On 09/20/12 03:27, MacArthur, Ian (SELEX GALILEO, UK) wrote:
>>>>   Fl_BMP_Image jpg("C:/Users/Marick/My Pictures/image.bmp");
>>      I wonder if we could make error checking more obvious for the default
>>      behavior in FLTK for this type of thing.
>>
>>      I can think of three possible ways to help:
>>
>>              o A global Fl::option() to control how image errors are shown
>>              o An error_callback() to be called when the image can't be 
>> loaded
>>              o Adjust the docs + examples to include error checking
> 
> Could do - though I'm a big fan of just calling access() on the path
> before I try to use it - that pretty quickly filters out any mistakes...!
> (And works on all the platforms I support too, which is handy.)

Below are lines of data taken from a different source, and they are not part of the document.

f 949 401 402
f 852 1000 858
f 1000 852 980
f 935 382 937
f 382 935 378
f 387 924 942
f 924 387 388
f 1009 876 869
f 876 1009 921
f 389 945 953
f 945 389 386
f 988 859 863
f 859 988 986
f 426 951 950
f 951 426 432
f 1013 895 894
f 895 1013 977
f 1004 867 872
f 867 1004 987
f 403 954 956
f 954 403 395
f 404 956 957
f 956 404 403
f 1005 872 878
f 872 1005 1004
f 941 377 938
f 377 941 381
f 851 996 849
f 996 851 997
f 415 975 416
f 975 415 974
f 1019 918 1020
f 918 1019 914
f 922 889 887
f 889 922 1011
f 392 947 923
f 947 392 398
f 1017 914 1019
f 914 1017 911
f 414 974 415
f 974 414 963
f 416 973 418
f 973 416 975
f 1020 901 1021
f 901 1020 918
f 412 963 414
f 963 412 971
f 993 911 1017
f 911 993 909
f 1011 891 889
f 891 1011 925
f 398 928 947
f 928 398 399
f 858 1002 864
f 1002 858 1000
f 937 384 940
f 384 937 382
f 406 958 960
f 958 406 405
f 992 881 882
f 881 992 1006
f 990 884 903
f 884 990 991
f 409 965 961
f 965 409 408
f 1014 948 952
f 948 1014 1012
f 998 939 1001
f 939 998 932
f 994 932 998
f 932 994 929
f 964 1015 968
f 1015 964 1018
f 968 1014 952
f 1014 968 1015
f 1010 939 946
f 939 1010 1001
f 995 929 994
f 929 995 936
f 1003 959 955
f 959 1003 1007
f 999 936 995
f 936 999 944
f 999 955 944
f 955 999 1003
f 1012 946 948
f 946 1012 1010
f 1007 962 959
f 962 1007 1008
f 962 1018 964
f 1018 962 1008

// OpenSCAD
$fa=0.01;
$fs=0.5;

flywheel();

        Our docs for the Fl_JPEG_Image constructor says:

There is no error function in this class.
If the image has loaded correctly,
w(), h(), and d() should return values greater zero.  <--

        ..which seems to imply the following pattern should work:

    const char *filename = "/var/tmp/foo.jpg";         // the file to load
    Fl_JPEG_Image jpg(filename);                       // load jpeg image into 
ram
    if ( jpg.d() == 0 ) {                              // optional error 
checking
        fl_alert("%s: %s", filename, strerror(errno)); // post dialog showing 
problem
    }

        However, it seems we have a bug: I just did a test with 1.3.x,
        jpg.d() returned 3 even if the file doesn't exist, which seems to
        break contract with our docs.

        Changing the test to check jpg.w() does work though.
        I've made an STR (#2873) for this.

        However, I think even the above can give a misleading error message
        if e.g. the file exists but is corrupt in some way, causing the above
        to give a random errno message, instead of indicating the file is 
corrupt.

> ..access()..

        Ian: as an aside: beware of access() on windows (or well, _access())

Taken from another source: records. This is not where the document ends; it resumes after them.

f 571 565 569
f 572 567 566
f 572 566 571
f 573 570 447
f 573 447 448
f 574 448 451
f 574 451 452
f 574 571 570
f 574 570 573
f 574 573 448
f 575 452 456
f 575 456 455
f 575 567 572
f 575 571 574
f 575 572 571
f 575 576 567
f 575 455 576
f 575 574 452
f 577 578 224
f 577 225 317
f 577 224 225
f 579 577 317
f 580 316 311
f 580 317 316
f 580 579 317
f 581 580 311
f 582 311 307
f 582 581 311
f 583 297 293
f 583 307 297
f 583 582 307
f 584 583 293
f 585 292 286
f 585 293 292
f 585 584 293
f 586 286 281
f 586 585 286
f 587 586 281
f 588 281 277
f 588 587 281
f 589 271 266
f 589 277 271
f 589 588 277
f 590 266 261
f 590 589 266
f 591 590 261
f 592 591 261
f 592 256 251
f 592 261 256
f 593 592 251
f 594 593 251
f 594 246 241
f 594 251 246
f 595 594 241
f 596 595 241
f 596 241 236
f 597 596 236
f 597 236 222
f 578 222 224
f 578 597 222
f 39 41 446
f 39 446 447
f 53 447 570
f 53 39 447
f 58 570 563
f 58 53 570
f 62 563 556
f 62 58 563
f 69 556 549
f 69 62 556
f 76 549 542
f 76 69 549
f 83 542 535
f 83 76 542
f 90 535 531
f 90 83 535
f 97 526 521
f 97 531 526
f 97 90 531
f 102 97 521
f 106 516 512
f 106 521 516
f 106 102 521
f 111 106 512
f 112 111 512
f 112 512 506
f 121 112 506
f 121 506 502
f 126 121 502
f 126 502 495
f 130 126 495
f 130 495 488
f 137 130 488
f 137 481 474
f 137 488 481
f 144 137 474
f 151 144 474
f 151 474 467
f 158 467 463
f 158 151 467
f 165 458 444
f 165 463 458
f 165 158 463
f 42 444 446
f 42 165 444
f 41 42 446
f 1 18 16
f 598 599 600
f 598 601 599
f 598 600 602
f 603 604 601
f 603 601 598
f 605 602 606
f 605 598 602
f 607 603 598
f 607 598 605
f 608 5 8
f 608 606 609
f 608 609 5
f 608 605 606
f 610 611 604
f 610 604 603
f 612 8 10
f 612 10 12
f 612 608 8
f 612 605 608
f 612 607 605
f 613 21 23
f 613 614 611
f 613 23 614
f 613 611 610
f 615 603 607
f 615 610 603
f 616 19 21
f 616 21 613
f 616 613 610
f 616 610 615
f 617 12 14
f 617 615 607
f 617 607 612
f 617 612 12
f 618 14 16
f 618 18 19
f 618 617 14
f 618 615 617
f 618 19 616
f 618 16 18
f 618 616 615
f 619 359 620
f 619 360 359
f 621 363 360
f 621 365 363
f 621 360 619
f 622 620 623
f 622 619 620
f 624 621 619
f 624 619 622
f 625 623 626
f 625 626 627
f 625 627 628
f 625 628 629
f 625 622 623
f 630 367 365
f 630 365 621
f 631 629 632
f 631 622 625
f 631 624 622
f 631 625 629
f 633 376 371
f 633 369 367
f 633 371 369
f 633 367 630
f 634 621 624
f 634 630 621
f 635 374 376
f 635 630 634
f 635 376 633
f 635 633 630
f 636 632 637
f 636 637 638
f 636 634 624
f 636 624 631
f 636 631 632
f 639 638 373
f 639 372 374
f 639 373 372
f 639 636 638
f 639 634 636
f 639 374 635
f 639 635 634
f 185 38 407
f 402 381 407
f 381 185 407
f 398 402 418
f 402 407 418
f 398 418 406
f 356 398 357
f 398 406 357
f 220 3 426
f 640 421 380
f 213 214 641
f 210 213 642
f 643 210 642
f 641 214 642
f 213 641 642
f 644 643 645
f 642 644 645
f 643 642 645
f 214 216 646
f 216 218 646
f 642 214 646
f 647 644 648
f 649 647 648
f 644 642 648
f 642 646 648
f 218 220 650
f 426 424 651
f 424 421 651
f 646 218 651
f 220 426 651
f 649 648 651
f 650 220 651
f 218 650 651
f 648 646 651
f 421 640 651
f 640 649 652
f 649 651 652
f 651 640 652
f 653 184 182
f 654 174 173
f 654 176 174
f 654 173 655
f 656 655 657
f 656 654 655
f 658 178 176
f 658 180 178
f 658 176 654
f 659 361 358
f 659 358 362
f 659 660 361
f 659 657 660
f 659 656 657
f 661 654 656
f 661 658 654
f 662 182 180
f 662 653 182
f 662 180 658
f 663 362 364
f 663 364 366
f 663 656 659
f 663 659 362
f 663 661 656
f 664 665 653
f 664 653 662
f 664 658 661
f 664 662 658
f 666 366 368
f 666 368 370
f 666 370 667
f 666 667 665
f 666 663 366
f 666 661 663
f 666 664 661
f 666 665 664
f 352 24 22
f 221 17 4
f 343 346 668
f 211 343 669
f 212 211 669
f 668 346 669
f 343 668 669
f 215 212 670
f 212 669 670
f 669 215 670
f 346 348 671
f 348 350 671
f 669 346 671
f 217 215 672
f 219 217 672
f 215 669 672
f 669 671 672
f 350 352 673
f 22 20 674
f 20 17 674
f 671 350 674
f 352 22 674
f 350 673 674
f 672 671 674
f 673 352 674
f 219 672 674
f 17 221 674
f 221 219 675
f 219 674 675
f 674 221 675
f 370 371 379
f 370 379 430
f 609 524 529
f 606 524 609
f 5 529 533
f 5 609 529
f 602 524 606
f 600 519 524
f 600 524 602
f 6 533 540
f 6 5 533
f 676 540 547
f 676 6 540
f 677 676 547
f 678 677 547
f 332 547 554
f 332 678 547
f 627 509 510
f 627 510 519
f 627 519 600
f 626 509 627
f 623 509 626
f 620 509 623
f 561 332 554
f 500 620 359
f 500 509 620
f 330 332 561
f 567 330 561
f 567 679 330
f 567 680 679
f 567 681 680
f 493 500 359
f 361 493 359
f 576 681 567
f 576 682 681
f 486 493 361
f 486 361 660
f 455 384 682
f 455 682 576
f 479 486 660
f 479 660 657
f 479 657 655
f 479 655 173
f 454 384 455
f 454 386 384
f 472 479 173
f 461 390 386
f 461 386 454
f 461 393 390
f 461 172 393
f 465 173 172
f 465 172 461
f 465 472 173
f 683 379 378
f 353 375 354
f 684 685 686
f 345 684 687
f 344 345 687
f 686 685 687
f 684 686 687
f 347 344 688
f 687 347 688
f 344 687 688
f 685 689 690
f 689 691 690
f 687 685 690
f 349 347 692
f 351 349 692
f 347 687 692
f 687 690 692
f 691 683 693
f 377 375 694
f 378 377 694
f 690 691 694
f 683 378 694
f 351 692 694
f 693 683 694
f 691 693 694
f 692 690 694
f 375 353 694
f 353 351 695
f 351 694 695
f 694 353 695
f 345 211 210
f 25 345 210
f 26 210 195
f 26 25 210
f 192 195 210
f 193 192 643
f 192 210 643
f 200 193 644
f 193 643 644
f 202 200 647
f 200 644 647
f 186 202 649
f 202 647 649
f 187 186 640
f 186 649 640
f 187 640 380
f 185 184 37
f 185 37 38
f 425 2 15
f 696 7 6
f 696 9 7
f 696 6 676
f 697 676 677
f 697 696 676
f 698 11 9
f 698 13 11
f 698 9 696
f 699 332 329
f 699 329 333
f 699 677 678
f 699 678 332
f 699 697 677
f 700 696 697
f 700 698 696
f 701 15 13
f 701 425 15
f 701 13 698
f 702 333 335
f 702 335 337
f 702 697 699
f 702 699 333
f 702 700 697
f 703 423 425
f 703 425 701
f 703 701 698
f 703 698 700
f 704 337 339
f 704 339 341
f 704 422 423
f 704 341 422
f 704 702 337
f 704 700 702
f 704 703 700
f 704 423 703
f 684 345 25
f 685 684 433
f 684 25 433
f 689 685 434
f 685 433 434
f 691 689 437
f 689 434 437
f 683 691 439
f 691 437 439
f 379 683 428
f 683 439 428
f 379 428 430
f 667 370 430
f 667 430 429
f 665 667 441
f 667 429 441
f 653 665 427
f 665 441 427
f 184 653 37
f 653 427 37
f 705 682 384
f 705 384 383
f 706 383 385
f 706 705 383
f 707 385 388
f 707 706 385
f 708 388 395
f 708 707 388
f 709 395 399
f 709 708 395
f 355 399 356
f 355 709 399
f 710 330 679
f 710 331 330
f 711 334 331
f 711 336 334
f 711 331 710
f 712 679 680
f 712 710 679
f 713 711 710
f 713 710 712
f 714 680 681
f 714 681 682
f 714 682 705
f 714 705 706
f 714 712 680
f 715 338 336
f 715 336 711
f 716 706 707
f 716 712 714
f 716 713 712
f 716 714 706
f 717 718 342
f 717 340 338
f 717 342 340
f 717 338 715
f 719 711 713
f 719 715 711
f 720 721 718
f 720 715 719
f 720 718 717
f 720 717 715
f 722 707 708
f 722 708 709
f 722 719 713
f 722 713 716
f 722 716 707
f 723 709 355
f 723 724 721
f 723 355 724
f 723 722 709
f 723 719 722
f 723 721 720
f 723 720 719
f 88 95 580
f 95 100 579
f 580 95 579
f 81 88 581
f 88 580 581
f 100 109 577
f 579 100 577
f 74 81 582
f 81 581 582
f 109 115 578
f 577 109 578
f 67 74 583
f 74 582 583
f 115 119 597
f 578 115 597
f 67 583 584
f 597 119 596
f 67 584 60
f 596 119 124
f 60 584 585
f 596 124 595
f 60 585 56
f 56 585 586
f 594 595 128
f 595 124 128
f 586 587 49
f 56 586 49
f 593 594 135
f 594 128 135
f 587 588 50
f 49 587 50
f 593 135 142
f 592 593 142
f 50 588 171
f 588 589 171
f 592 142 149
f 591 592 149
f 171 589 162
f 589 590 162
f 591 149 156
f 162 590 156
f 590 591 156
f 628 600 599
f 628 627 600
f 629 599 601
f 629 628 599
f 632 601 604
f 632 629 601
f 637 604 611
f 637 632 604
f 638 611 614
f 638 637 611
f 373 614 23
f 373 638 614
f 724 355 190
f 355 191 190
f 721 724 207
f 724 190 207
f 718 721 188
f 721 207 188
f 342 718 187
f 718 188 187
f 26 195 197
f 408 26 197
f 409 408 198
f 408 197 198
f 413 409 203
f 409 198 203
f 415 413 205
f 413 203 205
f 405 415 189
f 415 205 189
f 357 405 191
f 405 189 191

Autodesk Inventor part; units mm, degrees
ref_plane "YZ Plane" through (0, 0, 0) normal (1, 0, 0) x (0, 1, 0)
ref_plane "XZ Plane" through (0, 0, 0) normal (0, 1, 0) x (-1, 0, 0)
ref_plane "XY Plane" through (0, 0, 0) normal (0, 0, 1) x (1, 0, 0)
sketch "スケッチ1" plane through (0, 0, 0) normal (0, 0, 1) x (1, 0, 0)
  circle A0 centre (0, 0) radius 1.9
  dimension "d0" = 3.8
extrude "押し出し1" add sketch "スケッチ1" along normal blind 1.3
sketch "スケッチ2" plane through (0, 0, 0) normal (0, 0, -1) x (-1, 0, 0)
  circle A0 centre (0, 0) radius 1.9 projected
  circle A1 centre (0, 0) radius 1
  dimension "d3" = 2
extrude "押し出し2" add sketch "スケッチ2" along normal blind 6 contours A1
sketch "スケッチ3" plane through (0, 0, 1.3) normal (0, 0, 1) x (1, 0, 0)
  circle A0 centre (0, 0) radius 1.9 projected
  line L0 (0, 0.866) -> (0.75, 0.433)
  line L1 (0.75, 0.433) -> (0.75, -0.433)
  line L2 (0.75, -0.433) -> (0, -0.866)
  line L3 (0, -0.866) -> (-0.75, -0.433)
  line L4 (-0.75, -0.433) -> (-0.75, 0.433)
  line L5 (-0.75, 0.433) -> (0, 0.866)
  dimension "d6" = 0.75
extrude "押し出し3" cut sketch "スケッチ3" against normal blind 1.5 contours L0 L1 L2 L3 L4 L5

        Although I think you prefer cygwin to VS, VS has had a long standing
        bug with _access() write-testing of files and directories. See:
        
https://groups.google.com/forum/?fromgroups=#!topic/comp.os.ms-windows.programmer.win32/sGozH_cHVuY

        I actually called microsoft on that one using my VS support back in 
2005.
        They confirmed it, found me a Win32 style workaround, and they
        filed a bug internally to fix the problem. This was 7 years ago.

        Just now checked VS 2010 + Win7 to see if they fixed it..
        bug is still there. (LOL, Microsoft). Just updated the above thread
        with that detail.

        So yeah, perhaps a good reason to use cygwin.. at least gnu fixes
        stuff and their posix support is surely better.